Saturday, November 20, 2010

Spoiler Saturday--Flash #6

**You know, if you're going to publish a series about the Fastest Man Alive, you might want to, you know, not make it the most slowly published series alive.

After Flash: Rebirth took ten months for a six-issue mini-series, we should have seen the writing on the wall.

After 6 issues, the latest incarnation of the Flash is already two months behind. (Issue #8 was solicited for November...)

We might catch up, because the next couple of issues are fill-ins "Rogue Profile" issues drawn by Scott Kolins. But then it's back to Francis Manapul.

And since we're leading up to the FLASHPOINT event, which is being drawn by renowned speedster Andy Kubert, well, let's just say that I sense we'll soon be wishing for the days when we were only two months behind...

**Really?

You want to pimp the Spike TV Scream Awards? The same group of voters who picked True Blood as the best TV show, and Twilight: Eclipse as the best fantasy movie?

I mean, a win is a win, but do you really think that blurb will move any more comics?

**OK, so one of the big things Geoff Johns wanted to play up with this new Flash series is the "C.S.I." aspect. Which makes some sense...Barry was, after all, a police scientist long before CSI was cool. Look, DC even plastered it all over one of the covers!!

So after the first arc, how's that coming along? Barry solved a cold case, and freed an innocent kid from prison. And how did C.S.I. Central City solve this?

Barry's wife, Iris (who's a reporter, and neither a cop nor a crime lab tech), looked over the witness statements and "found an inconsistency" with one of the witnesses. And that witness turned out to be the real killer. And they found jewelry and keys in his apartment, so case closed.

This all happens off-screen...we don't know any details of the crime, the victims, what the "inconsistency" was, anything. And as far as we can tell, "crime science" had utterly zero to do with solving the case. No fingerprints, or fiber analysis, or DNA, or analysis of any kind of evidence whatsoever.

Uh...has Geoff Johns ever actually seen an episode of CSI??

And Barry's boss in the crime lab decides that, even though the false conviction had absolutely nothing to do with faulty crime lab work, they're going to pull "every single case closed within the last six months...We do our job, we do it right." Because, apparently, the Central City crime lab is responsible for false witness statements and searching the apartments of non-suspects...

And of course, in Flash's battle with the Top from the future, Flash uses the old reliable scientific method of letting Top's duped allies overhear a confession during battle. No evidence, DNA, fingerprints...

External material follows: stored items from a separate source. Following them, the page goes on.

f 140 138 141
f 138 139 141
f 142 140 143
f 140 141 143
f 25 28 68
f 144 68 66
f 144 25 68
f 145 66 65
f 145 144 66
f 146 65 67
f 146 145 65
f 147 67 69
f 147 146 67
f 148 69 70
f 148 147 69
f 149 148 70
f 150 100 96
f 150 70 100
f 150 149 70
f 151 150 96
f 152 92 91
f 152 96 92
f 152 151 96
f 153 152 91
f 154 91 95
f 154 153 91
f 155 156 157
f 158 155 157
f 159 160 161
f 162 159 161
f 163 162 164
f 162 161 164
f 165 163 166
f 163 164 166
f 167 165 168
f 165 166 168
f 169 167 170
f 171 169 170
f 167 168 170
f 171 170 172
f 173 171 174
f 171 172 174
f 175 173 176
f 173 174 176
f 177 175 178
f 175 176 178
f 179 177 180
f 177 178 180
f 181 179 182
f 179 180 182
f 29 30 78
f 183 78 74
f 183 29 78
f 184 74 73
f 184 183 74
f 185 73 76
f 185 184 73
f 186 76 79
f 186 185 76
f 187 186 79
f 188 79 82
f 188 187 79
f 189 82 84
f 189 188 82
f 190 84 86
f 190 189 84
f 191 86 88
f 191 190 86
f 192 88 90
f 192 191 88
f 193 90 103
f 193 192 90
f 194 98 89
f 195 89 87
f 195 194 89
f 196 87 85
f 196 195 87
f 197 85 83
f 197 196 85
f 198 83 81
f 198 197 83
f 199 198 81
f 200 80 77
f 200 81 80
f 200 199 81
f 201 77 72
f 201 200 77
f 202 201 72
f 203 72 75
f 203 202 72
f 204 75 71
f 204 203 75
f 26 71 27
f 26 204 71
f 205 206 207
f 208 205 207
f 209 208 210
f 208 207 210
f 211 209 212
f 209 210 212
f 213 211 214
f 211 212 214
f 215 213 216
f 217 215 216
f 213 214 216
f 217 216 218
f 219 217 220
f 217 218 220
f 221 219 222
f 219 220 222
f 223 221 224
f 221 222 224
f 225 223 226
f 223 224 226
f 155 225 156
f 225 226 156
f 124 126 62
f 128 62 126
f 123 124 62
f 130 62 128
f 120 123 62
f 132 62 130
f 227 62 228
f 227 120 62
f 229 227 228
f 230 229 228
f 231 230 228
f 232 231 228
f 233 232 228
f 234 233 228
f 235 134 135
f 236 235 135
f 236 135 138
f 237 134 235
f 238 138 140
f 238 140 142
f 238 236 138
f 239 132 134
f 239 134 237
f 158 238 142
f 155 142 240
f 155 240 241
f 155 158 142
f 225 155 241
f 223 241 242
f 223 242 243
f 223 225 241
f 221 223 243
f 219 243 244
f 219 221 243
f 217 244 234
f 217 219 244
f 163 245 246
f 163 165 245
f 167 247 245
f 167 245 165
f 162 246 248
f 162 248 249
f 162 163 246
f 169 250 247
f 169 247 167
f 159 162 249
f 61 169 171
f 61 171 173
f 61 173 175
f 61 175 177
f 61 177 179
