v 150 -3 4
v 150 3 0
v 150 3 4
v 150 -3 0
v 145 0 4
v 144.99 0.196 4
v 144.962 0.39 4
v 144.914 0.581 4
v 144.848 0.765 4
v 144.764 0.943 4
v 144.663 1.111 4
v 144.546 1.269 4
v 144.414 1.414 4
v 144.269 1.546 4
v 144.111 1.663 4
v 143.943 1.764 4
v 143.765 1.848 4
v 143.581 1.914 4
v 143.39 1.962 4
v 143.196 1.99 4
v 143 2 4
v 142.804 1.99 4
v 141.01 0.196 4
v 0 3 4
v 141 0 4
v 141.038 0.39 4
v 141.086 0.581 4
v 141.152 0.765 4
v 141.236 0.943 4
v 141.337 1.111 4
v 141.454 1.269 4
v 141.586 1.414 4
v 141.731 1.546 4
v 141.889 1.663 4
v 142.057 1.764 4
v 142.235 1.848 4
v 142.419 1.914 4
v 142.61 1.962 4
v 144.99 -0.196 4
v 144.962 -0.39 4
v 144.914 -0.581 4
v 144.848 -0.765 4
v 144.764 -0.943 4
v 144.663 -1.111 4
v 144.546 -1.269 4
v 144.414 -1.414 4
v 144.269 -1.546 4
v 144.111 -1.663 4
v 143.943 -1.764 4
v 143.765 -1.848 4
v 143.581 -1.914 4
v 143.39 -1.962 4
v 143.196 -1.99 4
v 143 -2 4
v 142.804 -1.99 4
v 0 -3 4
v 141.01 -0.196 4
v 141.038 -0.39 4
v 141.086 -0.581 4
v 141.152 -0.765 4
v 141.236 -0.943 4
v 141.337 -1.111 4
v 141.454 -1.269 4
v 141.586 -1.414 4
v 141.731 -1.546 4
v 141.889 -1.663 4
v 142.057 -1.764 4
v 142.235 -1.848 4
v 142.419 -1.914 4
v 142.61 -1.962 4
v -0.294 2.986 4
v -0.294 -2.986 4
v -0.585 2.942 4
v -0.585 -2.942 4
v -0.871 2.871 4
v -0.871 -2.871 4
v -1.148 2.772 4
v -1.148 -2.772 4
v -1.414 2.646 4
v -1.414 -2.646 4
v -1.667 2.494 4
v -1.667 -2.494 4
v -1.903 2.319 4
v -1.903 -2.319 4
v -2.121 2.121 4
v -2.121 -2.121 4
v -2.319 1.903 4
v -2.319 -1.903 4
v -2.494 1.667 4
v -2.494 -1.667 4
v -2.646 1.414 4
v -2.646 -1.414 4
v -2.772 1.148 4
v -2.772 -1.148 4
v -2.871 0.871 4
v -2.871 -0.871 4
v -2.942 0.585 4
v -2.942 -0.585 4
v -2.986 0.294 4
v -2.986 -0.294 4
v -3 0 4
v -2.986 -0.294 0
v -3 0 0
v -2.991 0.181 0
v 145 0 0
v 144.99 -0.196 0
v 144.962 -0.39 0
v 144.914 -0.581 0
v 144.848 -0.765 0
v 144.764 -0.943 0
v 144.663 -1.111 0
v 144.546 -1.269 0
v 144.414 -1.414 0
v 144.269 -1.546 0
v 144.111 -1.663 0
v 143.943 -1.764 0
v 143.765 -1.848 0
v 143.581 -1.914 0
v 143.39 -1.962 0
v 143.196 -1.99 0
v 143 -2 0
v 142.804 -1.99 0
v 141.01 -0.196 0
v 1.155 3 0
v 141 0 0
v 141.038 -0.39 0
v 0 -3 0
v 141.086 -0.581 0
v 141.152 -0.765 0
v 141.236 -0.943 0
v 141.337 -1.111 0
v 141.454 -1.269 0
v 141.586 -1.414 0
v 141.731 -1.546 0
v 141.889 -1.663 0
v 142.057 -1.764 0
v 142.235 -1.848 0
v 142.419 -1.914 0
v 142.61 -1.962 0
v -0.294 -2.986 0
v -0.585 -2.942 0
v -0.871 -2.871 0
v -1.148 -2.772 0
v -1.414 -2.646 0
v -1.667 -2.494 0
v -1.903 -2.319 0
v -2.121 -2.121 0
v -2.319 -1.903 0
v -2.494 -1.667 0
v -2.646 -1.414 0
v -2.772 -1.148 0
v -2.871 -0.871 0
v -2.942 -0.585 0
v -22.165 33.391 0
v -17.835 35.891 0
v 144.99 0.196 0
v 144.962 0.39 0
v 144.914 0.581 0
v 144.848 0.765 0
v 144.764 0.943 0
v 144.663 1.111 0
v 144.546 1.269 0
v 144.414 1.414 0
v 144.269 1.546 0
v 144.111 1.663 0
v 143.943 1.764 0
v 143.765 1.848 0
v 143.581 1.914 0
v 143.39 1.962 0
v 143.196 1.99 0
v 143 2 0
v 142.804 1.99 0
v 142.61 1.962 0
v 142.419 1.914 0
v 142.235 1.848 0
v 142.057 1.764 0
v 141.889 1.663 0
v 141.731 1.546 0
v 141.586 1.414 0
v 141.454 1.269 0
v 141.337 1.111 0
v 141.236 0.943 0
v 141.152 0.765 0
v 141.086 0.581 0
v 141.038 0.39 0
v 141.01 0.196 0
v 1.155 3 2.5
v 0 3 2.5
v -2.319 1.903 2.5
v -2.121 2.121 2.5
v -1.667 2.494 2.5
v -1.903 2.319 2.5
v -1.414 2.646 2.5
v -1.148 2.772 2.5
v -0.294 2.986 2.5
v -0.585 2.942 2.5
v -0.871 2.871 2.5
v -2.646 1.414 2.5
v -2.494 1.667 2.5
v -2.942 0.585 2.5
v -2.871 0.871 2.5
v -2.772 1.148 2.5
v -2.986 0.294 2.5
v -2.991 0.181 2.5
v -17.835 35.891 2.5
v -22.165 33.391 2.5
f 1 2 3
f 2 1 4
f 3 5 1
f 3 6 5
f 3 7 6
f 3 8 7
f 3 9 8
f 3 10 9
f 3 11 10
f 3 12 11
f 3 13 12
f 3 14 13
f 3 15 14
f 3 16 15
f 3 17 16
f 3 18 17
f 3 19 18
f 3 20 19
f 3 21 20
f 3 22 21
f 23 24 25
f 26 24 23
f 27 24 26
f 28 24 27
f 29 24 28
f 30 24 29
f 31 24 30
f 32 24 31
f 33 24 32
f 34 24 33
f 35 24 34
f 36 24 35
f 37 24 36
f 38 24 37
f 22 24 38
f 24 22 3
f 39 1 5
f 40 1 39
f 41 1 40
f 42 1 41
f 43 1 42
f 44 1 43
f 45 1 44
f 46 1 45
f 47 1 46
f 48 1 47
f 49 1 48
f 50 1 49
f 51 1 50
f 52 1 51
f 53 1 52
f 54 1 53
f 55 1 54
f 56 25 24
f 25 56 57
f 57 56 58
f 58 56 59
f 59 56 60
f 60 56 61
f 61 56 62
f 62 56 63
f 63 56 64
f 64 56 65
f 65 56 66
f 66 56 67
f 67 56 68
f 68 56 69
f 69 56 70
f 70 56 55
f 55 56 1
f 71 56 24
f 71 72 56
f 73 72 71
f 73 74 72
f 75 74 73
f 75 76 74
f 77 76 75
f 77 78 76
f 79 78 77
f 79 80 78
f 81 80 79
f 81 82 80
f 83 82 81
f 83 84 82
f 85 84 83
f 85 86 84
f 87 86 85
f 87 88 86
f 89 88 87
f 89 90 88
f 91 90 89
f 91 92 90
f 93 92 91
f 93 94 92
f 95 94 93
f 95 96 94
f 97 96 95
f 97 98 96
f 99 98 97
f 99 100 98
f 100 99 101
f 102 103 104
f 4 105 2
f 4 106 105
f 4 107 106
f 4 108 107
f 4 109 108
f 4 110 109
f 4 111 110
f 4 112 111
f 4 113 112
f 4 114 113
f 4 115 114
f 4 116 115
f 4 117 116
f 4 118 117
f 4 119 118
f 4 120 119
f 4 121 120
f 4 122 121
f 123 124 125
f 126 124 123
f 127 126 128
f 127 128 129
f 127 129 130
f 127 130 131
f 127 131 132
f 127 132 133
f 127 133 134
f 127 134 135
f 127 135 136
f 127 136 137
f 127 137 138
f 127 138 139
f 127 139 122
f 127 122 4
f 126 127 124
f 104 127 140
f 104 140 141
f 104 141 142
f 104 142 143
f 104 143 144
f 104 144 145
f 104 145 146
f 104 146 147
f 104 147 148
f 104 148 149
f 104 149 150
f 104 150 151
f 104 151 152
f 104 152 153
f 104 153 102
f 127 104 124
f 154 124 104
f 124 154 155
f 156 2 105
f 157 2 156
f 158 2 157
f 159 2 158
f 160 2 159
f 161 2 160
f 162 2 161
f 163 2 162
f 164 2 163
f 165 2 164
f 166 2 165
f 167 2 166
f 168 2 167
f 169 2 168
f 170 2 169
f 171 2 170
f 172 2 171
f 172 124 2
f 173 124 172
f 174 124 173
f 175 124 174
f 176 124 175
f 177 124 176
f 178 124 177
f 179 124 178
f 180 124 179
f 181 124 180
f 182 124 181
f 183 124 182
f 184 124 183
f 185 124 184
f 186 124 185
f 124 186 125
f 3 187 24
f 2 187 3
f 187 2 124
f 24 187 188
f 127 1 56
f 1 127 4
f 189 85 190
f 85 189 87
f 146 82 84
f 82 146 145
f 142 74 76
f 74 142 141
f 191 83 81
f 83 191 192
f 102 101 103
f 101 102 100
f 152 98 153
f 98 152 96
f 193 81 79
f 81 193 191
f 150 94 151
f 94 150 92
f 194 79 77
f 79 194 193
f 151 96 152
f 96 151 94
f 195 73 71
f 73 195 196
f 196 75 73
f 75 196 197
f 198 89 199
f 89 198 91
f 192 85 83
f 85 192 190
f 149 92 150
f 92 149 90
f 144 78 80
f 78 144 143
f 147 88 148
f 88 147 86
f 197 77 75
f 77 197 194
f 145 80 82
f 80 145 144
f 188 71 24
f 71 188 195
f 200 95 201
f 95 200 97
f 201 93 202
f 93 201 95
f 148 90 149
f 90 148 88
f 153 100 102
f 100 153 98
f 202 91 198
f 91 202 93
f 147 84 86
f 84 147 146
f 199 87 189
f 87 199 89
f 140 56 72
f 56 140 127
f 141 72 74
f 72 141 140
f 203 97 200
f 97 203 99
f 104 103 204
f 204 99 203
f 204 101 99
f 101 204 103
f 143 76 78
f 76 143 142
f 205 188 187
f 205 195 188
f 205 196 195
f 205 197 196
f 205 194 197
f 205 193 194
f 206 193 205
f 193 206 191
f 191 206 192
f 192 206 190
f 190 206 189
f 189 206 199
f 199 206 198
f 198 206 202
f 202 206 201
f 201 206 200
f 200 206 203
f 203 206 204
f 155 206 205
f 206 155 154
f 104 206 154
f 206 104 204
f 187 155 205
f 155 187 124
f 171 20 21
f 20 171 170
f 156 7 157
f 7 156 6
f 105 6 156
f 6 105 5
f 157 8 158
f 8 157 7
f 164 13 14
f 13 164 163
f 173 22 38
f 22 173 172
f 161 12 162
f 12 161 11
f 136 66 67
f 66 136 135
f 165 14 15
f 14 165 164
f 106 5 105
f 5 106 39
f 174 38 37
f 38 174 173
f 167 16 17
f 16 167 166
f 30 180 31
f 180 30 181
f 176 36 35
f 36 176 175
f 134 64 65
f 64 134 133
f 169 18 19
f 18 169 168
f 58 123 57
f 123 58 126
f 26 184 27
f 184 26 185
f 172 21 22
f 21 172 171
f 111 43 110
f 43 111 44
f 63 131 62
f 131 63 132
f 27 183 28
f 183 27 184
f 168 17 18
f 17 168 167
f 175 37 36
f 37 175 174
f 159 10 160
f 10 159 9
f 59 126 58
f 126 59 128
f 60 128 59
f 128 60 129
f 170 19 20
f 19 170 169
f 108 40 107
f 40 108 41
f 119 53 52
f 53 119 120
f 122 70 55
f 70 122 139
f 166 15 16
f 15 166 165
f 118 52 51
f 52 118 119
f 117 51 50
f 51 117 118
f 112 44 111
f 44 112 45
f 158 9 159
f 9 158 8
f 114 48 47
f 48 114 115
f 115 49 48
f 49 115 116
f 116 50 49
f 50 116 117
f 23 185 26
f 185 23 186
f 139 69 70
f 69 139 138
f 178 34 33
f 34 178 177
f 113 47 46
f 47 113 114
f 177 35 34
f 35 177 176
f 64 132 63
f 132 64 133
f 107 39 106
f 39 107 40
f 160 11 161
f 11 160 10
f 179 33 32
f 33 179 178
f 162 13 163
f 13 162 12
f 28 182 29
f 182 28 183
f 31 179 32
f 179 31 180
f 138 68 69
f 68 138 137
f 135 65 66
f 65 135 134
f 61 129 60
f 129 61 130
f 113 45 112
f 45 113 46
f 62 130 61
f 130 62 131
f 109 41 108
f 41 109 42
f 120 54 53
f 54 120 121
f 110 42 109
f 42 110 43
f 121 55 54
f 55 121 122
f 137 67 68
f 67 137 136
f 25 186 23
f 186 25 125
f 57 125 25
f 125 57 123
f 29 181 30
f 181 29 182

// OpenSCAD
// L-shaped (hockey-stick) cell spreader for bacterial plating.
// Designed for FDM printing, lying flat on the XY plane.

// --- Dimensions ---
handle_l    = 150.0; // Length of the handle
handle_w    = 6.0;   // Width of the handle
handle_t    = 4.0;   // Thickness of the handle
foot_l      = 40.0;  // Length of the spreading foot
foot_w      = 5.0;   // Width of the spreading foot
foot_t      = 2.5;   // Thickness of the spreading foot
boss_d      = 6.0;   // Diameter of the joining boss
boss_h      = 4.0;   // Height of the joining boss
hole_d      = 4.0;   // Diameter of the hanging hole
angle_deg   = 120.0; // Angle between handle and foot (counter-clockwise from +X)

$fn = 64;

// --- Geometry Calculations ---
// The handle is centered on Y, so its Y range is [-handle_w/2, handle_w/2]
// The foot is rotated 120 degrees.

module spreader() {
    difference() {
        union() {
            // 1. The Handle
            // Centered on Y, extends from X=0 to X=handle_l
            translate([handle_l / 2, 0, 0])
                cube([handle_l, handle_w, handle_t], center = true);
            
            // Note: The prompt specifies x=0 to 150, y=-3 to 3, z=0 to 4.
            // To achieve this in OpenSCAD while centering on X/Y for printing:
            // We translate the cube so the corner is at the origin.
            // However, the prompt says "Two straight bars meet at the origin".
            // To ensure the part is centered on X/Y for the slicer:
            // We will build the part relative to the origin and then translate the whole thing.
            
            // Let's redefine the construction to be more precise to the prompt's geometry:
            // Handle: [0, 150] x [-3, 3] x [0, 4]
            // Foot: 40mm long, 5mm wide, 2.5mm thick, rotated 120 deg.
            
            // Handle
            translate([handle_l / 2, 0, handle_t / 2])
                cube([handle_l, handle_w, handle_t], center = true);

            // 2. The Boss (at the origin)
            // Prompt: 6mm diameter, 4mm tall at the origin.
            // To ensure it joins the bars, we place it at the junction.
            translate([0, 0, boss_h / 2])
                cylinder(h = boss_h, d = boss_d, center = true);

            // 3. The Foot
            // Center line starts at origin, points 120 deg CCW from +X.
            // Length 40, Width 5, Thickness 2.5.
            // We rotate the foot around the Z axis.
            // Since the foot is a bar, we create it centered on its own local origin 
            // and then rotate/translate.
            rotate([0, 0, angle_deg])
                translate([foot_l / 2, 0, foot_t / 2])
                    cube([foot_l, foot_w, foot_t], center = true);
        }

        // 4. The Hanging Hole
        // Through the handle at x = 143, y = 0.
        // We subtract a cylinder.
        translate([143, 0, -1])
            cylinder(h = handle_t + 2, d = hole_d);
    }
}

// Final assembly: The prompt describes the geometry relative to the origin.
// To make it "rest on the XY plane at z=0", we must adjust the Z offset.
// The handle is z=0 to 4, foot is z=0 to 2.5. 
// The boss is 4mm tall. 
// Since the handle is the thickest part (4mm), we align the bottom of the handle to Z=0.

// Re-calculating the assembly to ensure it sits on Z=0:
// Handle: Z from 0 to 4.
// Foot: Z from 0 to 2.5.
// Boss: Z from 0 to 4.

module final_spreader() {
    difference() {
        union() {
            // Handle
            translate([handle_l / 2, 0, handle_t / 2])
                cube([handle_l, handle_w, handle_t], center = true);
            
            // Boss
            translate([0, 0, boss_h / 2])
                cylinder(h = boss_h, d = boss_d, center = true);

            // Foot
            rotate([0, 0, angle_deg])
                translate([foot_l / 2, 0, foot_t / 2])
                    cube([foot_l, foot_w, foot_t], center = true);
        }
        
        // Hole
        translate([143, 0, -1])
            cylinder(h = handle_t + 2, d = hole_d);
    }
}

// Render the part
final_spreader();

Hey, I've got no burning desire to see The Flash as CSI Central City. But if you're going to sell the book that way, shouldn't at least try to have some of this solved in a CSI-like way? If you're going to talk the talk, walk the walk, right, Geoff? We see better use of crime-solving tech in your average Batman title, and no one's pushing that as Gotham City CSI.

**The plot of this six-issue arc was, essentially: Cops from the future show up, claim that in the future Barry will kill one of him, the arrest him, Barry proves one of the cops was the actual murder, everybody goes home.

In the Silver Age, Gardner Fox and Carmine Infantino would have wrapped that up in one issue, with room for a feature or two. Cary Bates might have stretched it out over two issues, if only to leave room for the Green Lantern back-up.

In 2010, they stretch it out over six issues which they can't get published on schedule. And then they act surprised when sales drop and people wait for the trades...

2 comments:

La Belle Esplanade said...

"In the Silver Age, Gardner Fox and Carmine Infantino would have wrapped that up in one issue...." Yup. and it would have been a good issue worth the money spent.

Perplexio said...

So far Geoff's writing of Barry still has me wondering why they bothered resurrecting Barry. I was more impressed with BART as the Flash after Marc Guggenheim took over for Bilson & DiMeo than I've been with Geoff's writing of Barry as The Flash.

Bart as the Flash didn't fail because Bart was poorly written so much as the huge gaping plothole of "What the hell happened to Wally?" His absence was somewhat arbitrary and was a huge plothole. When they had Wally take over for Barry... They killed off Barry. Wally taking over made sense. Wally going into semi-retirement to be a family man WORKS but only if it's actually shown... It wasn't shown until after they'd killed off Bart and brought Wally back.

I swear they've been botching The Flash ever since Infinite Crisis started.